### [WORK INSTRUCTIONS]
Within the entries below, find the portion that opens with the line containing "f 173 180 710" and closes with the line containing "f 309 283 233". Retype that portion exactly and only.
*** THE DATA Section Begins ***
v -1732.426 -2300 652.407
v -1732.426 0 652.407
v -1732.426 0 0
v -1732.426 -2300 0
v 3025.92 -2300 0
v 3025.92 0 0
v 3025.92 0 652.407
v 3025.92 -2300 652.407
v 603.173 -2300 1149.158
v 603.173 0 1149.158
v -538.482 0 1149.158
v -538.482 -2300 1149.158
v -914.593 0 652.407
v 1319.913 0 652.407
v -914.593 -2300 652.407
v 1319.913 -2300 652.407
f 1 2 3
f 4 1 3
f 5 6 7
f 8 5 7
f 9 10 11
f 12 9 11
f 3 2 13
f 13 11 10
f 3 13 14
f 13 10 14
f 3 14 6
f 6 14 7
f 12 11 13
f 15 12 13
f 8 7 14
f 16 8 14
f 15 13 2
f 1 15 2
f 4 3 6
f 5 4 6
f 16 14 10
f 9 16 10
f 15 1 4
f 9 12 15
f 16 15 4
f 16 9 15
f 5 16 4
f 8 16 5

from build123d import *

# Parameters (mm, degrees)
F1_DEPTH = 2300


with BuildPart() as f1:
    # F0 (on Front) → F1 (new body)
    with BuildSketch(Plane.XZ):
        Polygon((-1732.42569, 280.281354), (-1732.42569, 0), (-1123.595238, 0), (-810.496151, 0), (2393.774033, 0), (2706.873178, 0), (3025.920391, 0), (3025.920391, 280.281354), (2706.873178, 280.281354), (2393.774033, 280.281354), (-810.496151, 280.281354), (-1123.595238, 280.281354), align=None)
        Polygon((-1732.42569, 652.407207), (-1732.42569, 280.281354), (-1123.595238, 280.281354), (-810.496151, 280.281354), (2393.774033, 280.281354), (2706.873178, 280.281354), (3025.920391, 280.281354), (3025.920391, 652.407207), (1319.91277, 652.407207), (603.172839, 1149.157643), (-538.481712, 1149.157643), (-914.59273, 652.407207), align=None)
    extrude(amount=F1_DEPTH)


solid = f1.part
*** THE DATA Section Ends ***
*** THE DATA Section Begins ***
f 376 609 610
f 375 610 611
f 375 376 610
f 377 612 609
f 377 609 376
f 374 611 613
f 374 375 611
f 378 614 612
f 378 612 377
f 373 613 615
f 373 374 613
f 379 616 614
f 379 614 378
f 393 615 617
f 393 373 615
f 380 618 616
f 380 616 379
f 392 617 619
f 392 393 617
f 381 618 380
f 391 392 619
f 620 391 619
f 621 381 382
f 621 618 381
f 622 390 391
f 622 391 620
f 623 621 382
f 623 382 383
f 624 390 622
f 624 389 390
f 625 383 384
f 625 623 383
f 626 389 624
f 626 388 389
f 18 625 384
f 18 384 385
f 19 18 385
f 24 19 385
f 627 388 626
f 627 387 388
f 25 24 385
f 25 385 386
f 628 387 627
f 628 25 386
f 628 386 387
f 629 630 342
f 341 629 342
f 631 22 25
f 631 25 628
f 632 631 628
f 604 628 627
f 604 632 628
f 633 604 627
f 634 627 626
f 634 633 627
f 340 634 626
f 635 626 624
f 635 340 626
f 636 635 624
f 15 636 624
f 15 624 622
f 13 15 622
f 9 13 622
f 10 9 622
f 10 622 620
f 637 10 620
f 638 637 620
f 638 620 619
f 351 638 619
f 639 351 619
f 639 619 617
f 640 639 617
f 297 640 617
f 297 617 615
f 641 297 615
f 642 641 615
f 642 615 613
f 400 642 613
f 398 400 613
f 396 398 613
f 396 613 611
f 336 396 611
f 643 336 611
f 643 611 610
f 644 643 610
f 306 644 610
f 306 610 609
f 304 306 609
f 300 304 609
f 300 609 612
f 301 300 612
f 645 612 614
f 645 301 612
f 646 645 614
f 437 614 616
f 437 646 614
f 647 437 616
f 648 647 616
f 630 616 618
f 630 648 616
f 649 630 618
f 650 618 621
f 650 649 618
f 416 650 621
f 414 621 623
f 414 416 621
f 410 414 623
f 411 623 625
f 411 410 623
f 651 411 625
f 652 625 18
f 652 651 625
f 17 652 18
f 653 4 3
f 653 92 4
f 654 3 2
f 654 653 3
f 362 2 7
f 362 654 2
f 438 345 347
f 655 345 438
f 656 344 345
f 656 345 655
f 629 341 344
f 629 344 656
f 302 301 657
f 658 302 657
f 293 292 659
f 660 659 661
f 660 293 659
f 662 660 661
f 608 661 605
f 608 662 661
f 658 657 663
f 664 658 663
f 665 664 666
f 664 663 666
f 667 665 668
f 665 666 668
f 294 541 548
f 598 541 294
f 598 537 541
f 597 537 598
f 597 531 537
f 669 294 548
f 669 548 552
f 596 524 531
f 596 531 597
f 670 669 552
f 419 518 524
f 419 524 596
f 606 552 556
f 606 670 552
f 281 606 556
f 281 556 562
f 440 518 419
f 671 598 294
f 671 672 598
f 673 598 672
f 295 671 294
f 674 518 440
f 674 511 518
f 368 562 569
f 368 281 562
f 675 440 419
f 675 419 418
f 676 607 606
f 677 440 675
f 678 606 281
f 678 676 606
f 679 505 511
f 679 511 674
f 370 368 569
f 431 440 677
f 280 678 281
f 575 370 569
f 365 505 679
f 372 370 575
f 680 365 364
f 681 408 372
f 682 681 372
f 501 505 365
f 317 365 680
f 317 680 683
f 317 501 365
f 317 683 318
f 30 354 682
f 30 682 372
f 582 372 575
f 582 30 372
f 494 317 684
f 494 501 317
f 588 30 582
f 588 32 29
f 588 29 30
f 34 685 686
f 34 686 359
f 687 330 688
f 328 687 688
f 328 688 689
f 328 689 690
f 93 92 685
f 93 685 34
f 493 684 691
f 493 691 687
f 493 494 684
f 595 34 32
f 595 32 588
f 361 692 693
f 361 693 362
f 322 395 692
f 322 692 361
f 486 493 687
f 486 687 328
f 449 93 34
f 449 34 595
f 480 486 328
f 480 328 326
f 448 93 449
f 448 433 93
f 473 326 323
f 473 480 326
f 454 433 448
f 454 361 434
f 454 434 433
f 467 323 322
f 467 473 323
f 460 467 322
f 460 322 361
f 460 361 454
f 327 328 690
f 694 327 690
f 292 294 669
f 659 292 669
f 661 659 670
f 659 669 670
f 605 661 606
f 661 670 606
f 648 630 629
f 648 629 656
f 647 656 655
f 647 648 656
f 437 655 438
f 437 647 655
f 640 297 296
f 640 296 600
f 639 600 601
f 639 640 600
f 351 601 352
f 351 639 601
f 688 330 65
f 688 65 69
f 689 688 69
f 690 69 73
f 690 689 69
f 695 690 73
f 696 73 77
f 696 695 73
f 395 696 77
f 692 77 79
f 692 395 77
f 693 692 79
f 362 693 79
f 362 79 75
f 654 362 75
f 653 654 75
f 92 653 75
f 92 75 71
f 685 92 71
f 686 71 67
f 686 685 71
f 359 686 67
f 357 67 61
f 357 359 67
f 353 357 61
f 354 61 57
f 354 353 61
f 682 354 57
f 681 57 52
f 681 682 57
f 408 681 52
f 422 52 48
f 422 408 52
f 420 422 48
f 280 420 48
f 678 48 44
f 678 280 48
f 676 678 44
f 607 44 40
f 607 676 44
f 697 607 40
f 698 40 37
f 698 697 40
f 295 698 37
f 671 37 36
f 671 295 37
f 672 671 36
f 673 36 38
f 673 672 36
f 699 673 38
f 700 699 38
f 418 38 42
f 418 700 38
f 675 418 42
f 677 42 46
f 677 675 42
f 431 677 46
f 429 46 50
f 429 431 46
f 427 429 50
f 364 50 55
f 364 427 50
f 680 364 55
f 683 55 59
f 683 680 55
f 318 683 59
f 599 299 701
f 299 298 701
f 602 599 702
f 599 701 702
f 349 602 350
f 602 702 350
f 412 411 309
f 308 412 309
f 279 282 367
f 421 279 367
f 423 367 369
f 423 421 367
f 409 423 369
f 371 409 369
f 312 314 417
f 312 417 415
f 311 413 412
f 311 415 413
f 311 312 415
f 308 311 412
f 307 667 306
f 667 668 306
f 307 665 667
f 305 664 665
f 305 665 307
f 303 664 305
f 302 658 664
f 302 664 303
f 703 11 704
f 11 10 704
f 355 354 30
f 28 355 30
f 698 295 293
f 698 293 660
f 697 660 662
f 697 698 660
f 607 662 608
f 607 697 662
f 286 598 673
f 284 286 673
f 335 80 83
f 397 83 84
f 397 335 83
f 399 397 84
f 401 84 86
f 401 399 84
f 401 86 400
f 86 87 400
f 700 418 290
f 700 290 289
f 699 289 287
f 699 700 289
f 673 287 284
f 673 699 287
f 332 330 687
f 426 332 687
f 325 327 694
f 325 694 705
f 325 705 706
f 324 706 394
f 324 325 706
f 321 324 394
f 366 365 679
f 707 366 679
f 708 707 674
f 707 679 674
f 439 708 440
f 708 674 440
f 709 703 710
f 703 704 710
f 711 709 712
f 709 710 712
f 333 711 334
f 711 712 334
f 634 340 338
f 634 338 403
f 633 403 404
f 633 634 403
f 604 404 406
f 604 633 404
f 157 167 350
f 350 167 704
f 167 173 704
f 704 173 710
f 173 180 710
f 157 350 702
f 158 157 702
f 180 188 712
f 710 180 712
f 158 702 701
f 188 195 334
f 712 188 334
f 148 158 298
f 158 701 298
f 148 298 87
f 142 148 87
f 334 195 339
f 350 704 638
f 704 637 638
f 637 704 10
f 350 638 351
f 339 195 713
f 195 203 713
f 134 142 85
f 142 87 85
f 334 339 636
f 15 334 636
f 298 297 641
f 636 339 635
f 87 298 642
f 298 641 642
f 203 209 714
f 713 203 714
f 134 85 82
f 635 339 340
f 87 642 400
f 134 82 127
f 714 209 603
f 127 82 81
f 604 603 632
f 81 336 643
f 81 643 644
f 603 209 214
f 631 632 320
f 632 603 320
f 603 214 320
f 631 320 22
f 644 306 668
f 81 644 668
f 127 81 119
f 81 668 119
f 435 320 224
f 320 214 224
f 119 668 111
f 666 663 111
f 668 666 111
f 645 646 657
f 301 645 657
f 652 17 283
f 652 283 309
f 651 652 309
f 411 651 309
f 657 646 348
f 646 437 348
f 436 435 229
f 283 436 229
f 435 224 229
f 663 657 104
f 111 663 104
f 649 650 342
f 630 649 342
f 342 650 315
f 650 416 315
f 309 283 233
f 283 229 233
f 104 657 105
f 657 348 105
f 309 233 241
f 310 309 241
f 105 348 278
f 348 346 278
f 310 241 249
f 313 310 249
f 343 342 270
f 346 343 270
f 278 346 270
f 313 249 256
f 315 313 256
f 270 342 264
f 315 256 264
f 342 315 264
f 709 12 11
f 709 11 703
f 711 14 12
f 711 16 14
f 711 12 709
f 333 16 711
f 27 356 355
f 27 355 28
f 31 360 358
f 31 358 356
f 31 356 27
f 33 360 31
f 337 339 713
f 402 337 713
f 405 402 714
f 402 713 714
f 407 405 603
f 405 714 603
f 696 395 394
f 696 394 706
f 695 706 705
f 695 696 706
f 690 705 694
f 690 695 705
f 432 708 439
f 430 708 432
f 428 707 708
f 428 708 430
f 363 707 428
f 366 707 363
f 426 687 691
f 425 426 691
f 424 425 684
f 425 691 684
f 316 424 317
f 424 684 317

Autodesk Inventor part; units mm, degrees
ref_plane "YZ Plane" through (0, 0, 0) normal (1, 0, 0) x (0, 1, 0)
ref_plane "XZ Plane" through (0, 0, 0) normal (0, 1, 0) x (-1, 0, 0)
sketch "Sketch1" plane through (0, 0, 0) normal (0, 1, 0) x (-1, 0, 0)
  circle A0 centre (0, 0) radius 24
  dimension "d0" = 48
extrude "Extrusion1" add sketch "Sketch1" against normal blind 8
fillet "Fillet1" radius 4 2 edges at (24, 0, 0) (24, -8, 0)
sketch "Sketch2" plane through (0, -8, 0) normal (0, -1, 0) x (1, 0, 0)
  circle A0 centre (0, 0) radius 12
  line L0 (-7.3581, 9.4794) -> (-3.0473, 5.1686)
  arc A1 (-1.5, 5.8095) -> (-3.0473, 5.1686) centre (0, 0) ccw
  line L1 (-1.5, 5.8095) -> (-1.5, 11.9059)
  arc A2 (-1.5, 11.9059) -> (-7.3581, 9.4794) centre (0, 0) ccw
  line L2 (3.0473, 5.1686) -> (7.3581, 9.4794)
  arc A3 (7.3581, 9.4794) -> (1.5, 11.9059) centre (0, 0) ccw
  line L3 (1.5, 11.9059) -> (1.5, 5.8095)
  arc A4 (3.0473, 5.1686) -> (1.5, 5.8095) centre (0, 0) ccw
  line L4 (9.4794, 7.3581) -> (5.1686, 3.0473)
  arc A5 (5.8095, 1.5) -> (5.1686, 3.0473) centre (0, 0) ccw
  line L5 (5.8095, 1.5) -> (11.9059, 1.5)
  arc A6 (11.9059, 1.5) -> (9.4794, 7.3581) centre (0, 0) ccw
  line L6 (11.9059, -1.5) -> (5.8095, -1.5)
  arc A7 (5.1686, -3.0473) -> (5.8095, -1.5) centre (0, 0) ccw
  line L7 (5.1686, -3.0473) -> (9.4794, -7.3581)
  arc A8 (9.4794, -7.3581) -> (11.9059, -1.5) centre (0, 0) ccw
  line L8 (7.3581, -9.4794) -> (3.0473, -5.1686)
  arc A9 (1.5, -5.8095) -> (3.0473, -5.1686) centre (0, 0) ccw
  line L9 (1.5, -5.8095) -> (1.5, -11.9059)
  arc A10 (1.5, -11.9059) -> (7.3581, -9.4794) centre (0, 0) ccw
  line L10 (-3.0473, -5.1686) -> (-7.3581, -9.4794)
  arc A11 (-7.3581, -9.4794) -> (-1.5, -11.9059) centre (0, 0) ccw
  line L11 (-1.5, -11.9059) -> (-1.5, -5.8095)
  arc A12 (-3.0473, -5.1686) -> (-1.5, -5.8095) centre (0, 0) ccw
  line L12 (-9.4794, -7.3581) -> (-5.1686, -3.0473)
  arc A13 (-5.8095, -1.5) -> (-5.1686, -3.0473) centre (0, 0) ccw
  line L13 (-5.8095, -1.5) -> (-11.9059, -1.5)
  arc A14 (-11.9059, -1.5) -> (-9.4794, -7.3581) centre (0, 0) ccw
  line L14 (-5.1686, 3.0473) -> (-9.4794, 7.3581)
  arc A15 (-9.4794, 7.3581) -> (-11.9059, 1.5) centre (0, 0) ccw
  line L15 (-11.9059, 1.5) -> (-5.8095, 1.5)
*** THE DATA Section Ends ***
### [EXERCISE SOLUTION]
f 173 180 710
f 157 350 702
f 158 157 702
f 180 188 712
f 710 180 712
f 158 702 701
f 188 195 334
f 712 188 334
f 148 158 298
f 158 701 298
f 148 298 87
f 142 148 87
f 334 195 339
f 350 704 638
f 704 637 638
f 637 704 10
f 350 638 351
f 339 195 713
f 195 203 713
f 134 142 85
f 142 87 85
f 334 339 636
f 15 334 636
f 298 297 641
f 636 339 635
f 87 298 642
f 298 641 642
f 203 209 714
f 713 203 714
f 134 85 82
f 635 339 340
f 87 642 400
f 134 82 127
f 714 209 603
f 127 82 81
f 604 603 632
f 81 336 643
f 81 643 644
f 603 209 214
f 631 632 320
f 632 603 320
f 603 214 320
f 631 320 22
f 644 306 668
f 81 644 668
f 127 81 119
f 81 668 119
f 435 320 224
f 320 214 224
f 119 668 111
f 666 663 111
f 668 666 111
f 645 646 657
f 301 645 657
f 652 17 283
f 652 283 309
f 651 652 309
f 411 651 309
f 657 646 348
f 646 437 348
f 436 435 229
f 283 436 229
f 435 224 229
f 663 657 104
f 111 663 104
f 649 650 342
f 630 649 342
f 342 650 315
f 650 416 315
f 309 283 233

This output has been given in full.